1. Field of the Invention
The present invention relates to a semiconductor device and its manufacturing method and, in particular, to a semiconductor device having a metallic fuse member that can be cut by laser light and the manufacturing method thereof.
2. Description of the Background Art
Conventionally, fuses for use in redundant circuit replacement have been formed by a wiring layer comprising a polysilicon or a silicide underlying a metal wiring layer.
The technology of multi-layer wiring structure has advanced as well as the large scale integration of memories. Specifically, 1Mega-bit Dynamic Random Access Memory (hereinafter referred to as "1MDRAM") comprises three polysilicon wiring layers and a single Al wiring layer, 4MDRAM and 16MDRAM comprise four polysilicon wiring layers and two aluminum wiring layers, and the generations from 64MDRAM may have five polysilicon wiring layers and three aluminum wiring layers.
In conventional wiring layers comprising polysilicon or silicide that have been used as a fuse for a redundant circuit replacement, as the number of wiring layers is increased, the entire thickness of insulating films overlying the respective wiring layers is increased. This makes it difficult to carry out a stable blow of laser light, causing the difficulty in serving as a fuse.
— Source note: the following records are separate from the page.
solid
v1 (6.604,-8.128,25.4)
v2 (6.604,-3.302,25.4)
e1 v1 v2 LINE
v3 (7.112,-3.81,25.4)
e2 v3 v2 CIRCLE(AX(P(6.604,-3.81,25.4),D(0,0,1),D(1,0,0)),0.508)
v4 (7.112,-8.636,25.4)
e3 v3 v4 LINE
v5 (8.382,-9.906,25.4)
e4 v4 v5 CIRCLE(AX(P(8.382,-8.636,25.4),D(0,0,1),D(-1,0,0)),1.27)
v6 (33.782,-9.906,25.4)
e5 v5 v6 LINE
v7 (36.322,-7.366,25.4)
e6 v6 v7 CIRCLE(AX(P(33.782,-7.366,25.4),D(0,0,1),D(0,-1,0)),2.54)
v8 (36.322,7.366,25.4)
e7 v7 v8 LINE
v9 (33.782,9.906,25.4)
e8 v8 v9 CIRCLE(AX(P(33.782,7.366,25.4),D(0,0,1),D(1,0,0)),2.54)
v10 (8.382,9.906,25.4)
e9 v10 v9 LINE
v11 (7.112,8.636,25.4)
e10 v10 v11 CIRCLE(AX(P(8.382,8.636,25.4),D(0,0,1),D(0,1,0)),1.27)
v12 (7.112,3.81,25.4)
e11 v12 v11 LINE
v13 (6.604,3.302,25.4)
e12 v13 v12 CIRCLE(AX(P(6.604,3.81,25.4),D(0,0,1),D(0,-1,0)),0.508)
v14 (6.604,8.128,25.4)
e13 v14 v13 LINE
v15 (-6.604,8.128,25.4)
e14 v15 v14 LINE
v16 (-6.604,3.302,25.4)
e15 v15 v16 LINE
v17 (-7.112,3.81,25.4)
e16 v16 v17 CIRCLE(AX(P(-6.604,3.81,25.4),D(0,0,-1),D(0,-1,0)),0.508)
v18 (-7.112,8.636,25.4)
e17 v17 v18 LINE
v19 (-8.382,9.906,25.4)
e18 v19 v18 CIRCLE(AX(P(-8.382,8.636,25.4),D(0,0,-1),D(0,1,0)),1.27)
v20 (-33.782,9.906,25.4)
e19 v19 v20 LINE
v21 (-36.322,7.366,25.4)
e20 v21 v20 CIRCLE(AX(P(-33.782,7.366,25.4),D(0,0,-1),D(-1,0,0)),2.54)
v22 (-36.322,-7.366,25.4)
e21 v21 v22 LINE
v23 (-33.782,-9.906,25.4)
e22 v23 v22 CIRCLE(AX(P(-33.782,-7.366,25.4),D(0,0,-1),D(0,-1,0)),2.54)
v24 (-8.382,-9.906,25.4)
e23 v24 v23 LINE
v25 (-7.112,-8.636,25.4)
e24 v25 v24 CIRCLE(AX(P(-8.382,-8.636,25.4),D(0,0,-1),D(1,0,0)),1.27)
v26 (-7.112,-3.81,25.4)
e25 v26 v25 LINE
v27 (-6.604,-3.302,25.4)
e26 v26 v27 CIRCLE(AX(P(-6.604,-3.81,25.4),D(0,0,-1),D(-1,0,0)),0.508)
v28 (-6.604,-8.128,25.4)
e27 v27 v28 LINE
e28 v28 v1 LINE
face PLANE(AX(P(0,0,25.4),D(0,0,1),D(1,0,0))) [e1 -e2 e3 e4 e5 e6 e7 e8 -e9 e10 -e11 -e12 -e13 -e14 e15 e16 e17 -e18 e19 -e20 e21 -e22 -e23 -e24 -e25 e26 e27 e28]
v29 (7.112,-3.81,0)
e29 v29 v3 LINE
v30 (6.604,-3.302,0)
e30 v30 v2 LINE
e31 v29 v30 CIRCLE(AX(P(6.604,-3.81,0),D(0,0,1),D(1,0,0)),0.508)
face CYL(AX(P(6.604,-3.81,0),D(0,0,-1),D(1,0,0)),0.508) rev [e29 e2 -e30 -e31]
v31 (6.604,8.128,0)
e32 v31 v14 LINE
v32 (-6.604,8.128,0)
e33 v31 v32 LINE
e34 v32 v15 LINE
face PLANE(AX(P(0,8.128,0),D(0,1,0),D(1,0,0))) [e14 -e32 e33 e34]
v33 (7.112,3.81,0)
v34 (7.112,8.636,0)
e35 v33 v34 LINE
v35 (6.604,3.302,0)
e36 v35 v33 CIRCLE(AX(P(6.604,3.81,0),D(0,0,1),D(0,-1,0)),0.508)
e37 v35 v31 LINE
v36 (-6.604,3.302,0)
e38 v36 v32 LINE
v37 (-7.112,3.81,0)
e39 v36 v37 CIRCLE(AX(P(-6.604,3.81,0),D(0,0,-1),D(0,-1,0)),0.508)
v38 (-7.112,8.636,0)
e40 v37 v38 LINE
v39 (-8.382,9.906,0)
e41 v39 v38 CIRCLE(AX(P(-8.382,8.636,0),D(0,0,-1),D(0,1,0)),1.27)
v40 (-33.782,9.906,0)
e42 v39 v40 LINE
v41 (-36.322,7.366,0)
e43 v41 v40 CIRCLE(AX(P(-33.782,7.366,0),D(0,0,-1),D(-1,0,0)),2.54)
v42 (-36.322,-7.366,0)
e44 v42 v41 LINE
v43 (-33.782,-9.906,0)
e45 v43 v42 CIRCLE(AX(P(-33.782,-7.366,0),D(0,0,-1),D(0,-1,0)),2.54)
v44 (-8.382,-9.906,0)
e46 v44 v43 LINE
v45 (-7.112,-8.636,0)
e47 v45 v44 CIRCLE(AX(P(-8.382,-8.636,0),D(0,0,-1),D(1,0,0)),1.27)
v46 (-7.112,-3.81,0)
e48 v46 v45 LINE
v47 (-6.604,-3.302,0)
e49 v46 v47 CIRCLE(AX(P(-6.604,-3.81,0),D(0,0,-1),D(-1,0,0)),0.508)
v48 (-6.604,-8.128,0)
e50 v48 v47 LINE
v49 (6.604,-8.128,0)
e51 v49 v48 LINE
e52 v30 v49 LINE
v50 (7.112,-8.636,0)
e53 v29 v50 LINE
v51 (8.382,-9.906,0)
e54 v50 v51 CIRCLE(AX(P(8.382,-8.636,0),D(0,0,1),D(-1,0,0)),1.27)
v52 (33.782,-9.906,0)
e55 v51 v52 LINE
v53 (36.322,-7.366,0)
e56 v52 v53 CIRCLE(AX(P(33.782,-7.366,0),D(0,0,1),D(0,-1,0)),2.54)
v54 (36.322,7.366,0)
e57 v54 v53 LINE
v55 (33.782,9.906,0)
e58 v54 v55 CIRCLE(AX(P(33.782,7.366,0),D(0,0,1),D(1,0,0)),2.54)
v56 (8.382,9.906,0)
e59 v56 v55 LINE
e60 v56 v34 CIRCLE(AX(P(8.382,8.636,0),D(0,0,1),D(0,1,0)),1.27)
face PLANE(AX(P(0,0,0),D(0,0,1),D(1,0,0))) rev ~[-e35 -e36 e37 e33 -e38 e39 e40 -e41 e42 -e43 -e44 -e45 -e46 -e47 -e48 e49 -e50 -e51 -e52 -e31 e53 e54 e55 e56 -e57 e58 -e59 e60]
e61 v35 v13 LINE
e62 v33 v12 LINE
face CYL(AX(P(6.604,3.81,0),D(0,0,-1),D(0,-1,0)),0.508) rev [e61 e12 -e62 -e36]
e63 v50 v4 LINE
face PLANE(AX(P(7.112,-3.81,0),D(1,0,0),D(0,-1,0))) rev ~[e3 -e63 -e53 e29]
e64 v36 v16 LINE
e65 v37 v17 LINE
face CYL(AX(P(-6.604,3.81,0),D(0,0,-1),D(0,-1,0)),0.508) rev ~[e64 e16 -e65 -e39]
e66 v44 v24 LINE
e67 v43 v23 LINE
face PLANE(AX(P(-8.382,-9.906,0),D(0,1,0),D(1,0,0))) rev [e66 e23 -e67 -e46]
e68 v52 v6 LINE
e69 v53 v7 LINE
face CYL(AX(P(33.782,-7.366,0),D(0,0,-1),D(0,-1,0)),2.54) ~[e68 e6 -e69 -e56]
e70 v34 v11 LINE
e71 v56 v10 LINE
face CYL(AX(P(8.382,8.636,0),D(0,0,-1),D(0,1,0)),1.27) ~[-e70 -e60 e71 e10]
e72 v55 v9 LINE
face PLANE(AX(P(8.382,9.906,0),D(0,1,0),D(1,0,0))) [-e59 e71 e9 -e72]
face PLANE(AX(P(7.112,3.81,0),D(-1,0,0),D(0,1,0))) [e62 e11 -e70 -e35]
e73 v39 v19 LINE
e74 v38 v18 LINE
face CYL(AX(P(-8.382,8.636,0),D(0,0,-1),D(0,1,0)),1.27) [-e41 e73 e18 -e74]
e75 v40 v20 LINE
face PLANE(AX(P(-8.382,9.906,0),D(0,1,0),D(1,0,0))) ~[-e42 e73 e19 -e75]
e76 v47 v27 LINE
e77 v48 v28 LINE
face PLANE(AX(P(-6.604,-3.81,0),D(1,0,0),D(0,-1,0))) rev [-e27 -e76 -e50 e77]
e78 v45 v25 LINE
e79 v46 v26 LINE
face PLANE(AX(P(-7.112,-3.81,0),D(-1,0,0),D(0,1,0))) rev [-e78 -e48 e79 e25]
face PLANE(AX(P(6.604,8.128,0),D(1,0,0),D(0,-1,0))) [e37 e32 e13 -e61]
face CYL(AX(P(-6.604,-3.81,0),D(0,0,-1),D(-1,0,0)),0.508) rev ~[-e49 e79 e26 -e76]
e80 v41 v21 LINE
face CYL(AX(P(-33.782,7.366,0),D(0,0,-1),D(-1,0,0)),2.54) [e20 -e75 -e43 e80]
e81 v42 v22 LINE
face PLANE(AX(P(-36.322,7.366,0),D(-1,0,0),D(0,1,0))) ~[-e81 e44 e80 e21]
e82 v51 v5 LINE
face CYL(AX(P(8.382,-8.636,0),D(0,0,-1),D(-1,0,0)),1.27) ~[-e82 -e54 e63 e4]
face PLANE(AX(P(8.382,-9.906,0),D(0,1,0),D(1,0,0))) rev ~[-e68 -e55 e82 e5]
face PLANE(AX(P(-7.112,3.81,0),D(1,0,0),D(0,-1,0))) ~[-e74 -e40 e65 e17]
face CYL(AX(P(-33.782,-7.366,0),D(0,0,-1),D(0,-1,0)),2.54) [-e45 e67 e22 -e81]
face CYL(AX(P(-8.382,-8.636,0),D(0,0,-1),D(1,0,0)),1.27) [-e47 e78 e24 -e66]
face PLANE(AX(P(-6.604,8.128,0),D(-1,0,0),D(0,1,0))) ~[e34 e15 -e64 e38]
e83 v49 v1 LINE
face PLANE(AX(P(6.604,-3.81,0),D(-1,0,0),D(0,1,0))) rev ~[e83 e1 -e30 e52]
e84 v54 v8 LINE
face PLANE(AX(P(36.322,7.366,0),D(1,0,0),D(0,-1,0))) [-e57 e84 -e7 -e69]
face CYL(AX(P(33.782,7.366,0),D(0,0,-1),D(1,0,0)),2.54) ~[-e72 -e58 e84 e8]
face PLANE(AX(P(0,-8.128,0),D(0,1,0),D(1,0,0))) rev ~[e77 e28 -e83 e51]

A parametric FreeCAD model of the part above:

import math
import FreeCAD as App
import Part
import Sketcher
Q = App.Units.Quantity

doc = App.newDocument("Part")
body = doc.addObject("PartDesign::Body", "Body")

sketch1 = body.newObject("Sketcher::SketchObject", "Sketch")
sketch1.AttachmentSupport = (doc.getObject("XY_Plane"), [""])
sketch1.MapMode = "FlatFace"
sketch1.addGeometry([
    Part.LineSegment(App.Vector(0, 8.128, 0), App.Vector(0, -8.128, 0)),
    Part.LineSegment(App.Vector(0, -8.128, 0), App.Vector(6.604, -8.128, 0)),
    Part.LineSegment(App.Vector(6.604, -8.128, 0), App.Vector(6.604, -3.302, 0)),
    Part.ArcOfCircle(Part.Circle(App.Vector(6.604, -3.81, 0), App.Vector(0, 0, 1), 0.508), math.radians(0), math.radians(90)),
    Part.LineSegment(App.Vector(7.112, -3.81, 0), App.Vector(7.112, -8.636, 0)),
    Part.ArcOfCircle(Part.Circle(App.Vector(8.382, -8.636, 0), App.Vector(0, 0, 1), 1.27), math.radians(180), math.radians(270)),
    Part.LineSegment(App.Vector(8.382, -9.906, 0), App.Vector(33.782, -9.906, 0)),
    Part.ArcOfCircle(Part.Circle(App.Vector(33.782, -7.366, 0), App.Vector(0, 0, 1), 2.54), math.radians(-90), math.radians(0)),
    Part.LineSegment(App.Vector(36.322, -7.366, 0), App.Vector(36.322, 7.366, 0)),
    Part.ArcOfCircle(Part.Circle(App.Vector(33.782, 7.366, 0), App.Vector(0, 0, 1), 2.54), math.radians(0), math.radians(90)),
    Part.LineSegment(App.Vector(33.782, 9.906, 0), App.Vector(8.382, 9.906, 0)),
    Part.ArcOfCircle(Part.Circle(App.Vector(8.382, 8.636, 0), App.Vector(0, 0, 1), 1.27), math.radians(90), math.radians(180)),
    Part.LineSegment(App.Vector(7.112, 8.636, 0), App.Vector(7.112, 3.81, 0)),
    Part.ArcOfCircle(Part.Circle(App.Vector(6.604, 3.81, 0), App.Vector(0, 0, 1), 0.508), math.radians(-90), math.radians(0)),
    Part.LineSegment(App.Vector(6.604, 3.302, 0), App.Vector(6.604, 8.128, 0)),
    Part.LineSegment(App.Vector(6.604, 8.128, 0), App.Vector(0, 8.128, 0)),
], False)
sketch1.addConstraint([
    Sketcher.Constraint("Coincident", 0, 2, 1, 1),
    Sketcher.Constraint("Coincident", 1, 2, 2, 1),
    Sketcher.Constraint("Coincident", 2, 2, 3, 2),
    Sketcher.Constraint("Tangent", 3, 1, 4, 1),
    Sketcher.Constraint("Tangent", 4, 2, 5, 1),
    Sketcher.Constraint("Tangent", 5, 2, 6, 1),
    Sketcher.Constraint("Tangent", 6, 2, 7, 1),
    Sketcher.Constraint("Tangent", 7, 2, 8, 1),
    Sketcher.Constraint("Tangent", 8, 2, 9, 1),
    Sketcher.Constraint("Tangent", 9, 2, 10, 1),
    Sketcher.Constraint("Tangent", 10, 2, 11, 1),
    Sketcher.Constraint("Tangent", 11, 2, 12, 1),
    Sketcher.Constraint("Tangent", 12, 2, 13, 2),
    Sketcher.Constraint("Coincident", 13, 1, 14, 1),
    Sketcher.Constraint("Coincident", 14, 2, 15, 1),
    Sketcher.Constraint("Coincident", 15, 2, 0, 1),
    Sketcher.Constraint("Vertical", 0),
    Sketcher.Constraint("Horizontal", 1),
    Sketcher.Constraint("Vertical", 2),
    Sketcher.Constraint("Vertical", 4),
    Sketcher.Constraint("Horizontal", 6),
    Sketcher.Constraint("Vertical", 8),
    Sketcher.Constraint("Horizontal", 10),
    Sketcher.Constraint("Vertical", 12),
    Sketcher.Constraint("Vertical", 14),
    Sketcher.Constraint("Horizontal", 15),
    Sketcher.Constraint("Equal", 7, 9),
    Sketcher.Constraint("Equal", 5, 11),
    Sketcher.Constraint("Equal", 3, 13),
    Sketcher.Constraint("Symmetric", 0, 2, 15, 2, -1, 1),
    Sketcher.Constraint("Symmetric", 5, 3, 11, 3, -1),
    Sketcher.Constraint("Symmetric", 2, 2, 13, 1, -1),
    Sketcher.Constraint("Vertical", 13, 3, 1, 2),
    Sketcher.Constraint("Equal", 2, 4),
    Sketcher.Constraint("Radius", 7, Q("0.1 in")),
    Sketcher.Constraint("Radius", 3, Q("0.02 in")),
    Sketcher.Constraint("Radius", 5, Q("0.05 in")),
    Sketcher.Constraint("DistanceX", 1, 1, 1, 2, Q("0.26 in")),
    Sketcher.Constraint("DistanceX", 6, 1, 6, 2, Q("1 in")),
    Sketcher.Constraint("DistanceY", 0, 2, -1, 1, Q("0.32 in")),
    Sketcher.Constraint("DistanceY", 0, 2, 3, 3, Q("0.17 in")),
])
pad1 = body.newObject("PartDesign::Pad", "Pad")
pad1.Profile = sketch1
pad1.Length = Q("1 in")
doc.recompute()

mirrored = body.newObject("PartDesign::Mirrored", "Mirrored")
mirrored.Originals = [pad1]
mirrored.MirrorPlane = (doc.getObject("YZ_Plane"), [""])
body.Tip = mirrored

doc.recompute()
More specifically, due to the presence of the aforesaid thick insulating film, laser light blow requires a large amount of laser light energy, which then damages an insulating film underlying a fuse, or a silicon substrate thereunder, and therefore causes an electrical leakage between the fuse and the substrate. This results in the malfunction of a redundant circuit.
To solve the above problem, there is a well-known technique in which a thick portion of insulating film is provided directly under a fuse. With this technique, the volume of this thick portion is relatively greater than that of other portions. Thus, even if a relatively large laser light is irradiated, the above stated problem does not occur.
In this technique, however, another processing step for forming a thick portion of insulating film is required and the irradiation energy of laser light cannot be reduced.
Japanese Patent Laid Open Gazette 8-213465 discloses a technique for obtaining semiconductor devices having a fuse member that can be cut by laser light of a relatively small energy, without additional processing steps.
FIGS. 6A and 6B are a diagram for explaining a semiconductor device described in the aforesaid publication; FIG. 6A is a plan view of a detailed part of the semiconductor device; and FIG. 6B is a cross-sectional view along line B--B of FIG. 6A.
Referring to FIGS. 6A and 6B, a fuse member 71 comprises a metal that can be cut by laser light, e.g., aluminum. Contact holes 72a, 72b make an electrical connection between the ends of the fuse member 71 and the underlying wiring layers 73a, 73b, respectively. An insulating film 74 is formed so as to envelop the fuse member 71 and the wiring layers 73a, 73b. Laser light 75 with an irradiation spot diameter D1 is irradiated to the fuse member 71. Here, the length L1 of the fuse member 71 is set so as to satisfy the condition L1.ltoreq.D1.
In conventional semiconductor devices with the above construction, it is able to cut the fuse member 71 by the laser light 75 of a relatively small energy, without adding a special processing step.
However, these semiconductor devices have the problem that when a metal wiring layer is used as a fuse member, part of the fuse member, i.e., part of the metal, remains even after laser blow, and in a moisture proof test the remaining metal is corroded to affect the adjacent fuse, causing the malfunction of a redundant circuit.
To avoid such a corrosion, it has been proposed to cover with a silicon nitride film or the like after blowing a fuse member. However, this method is accompanied by an increase in the number of processing steps.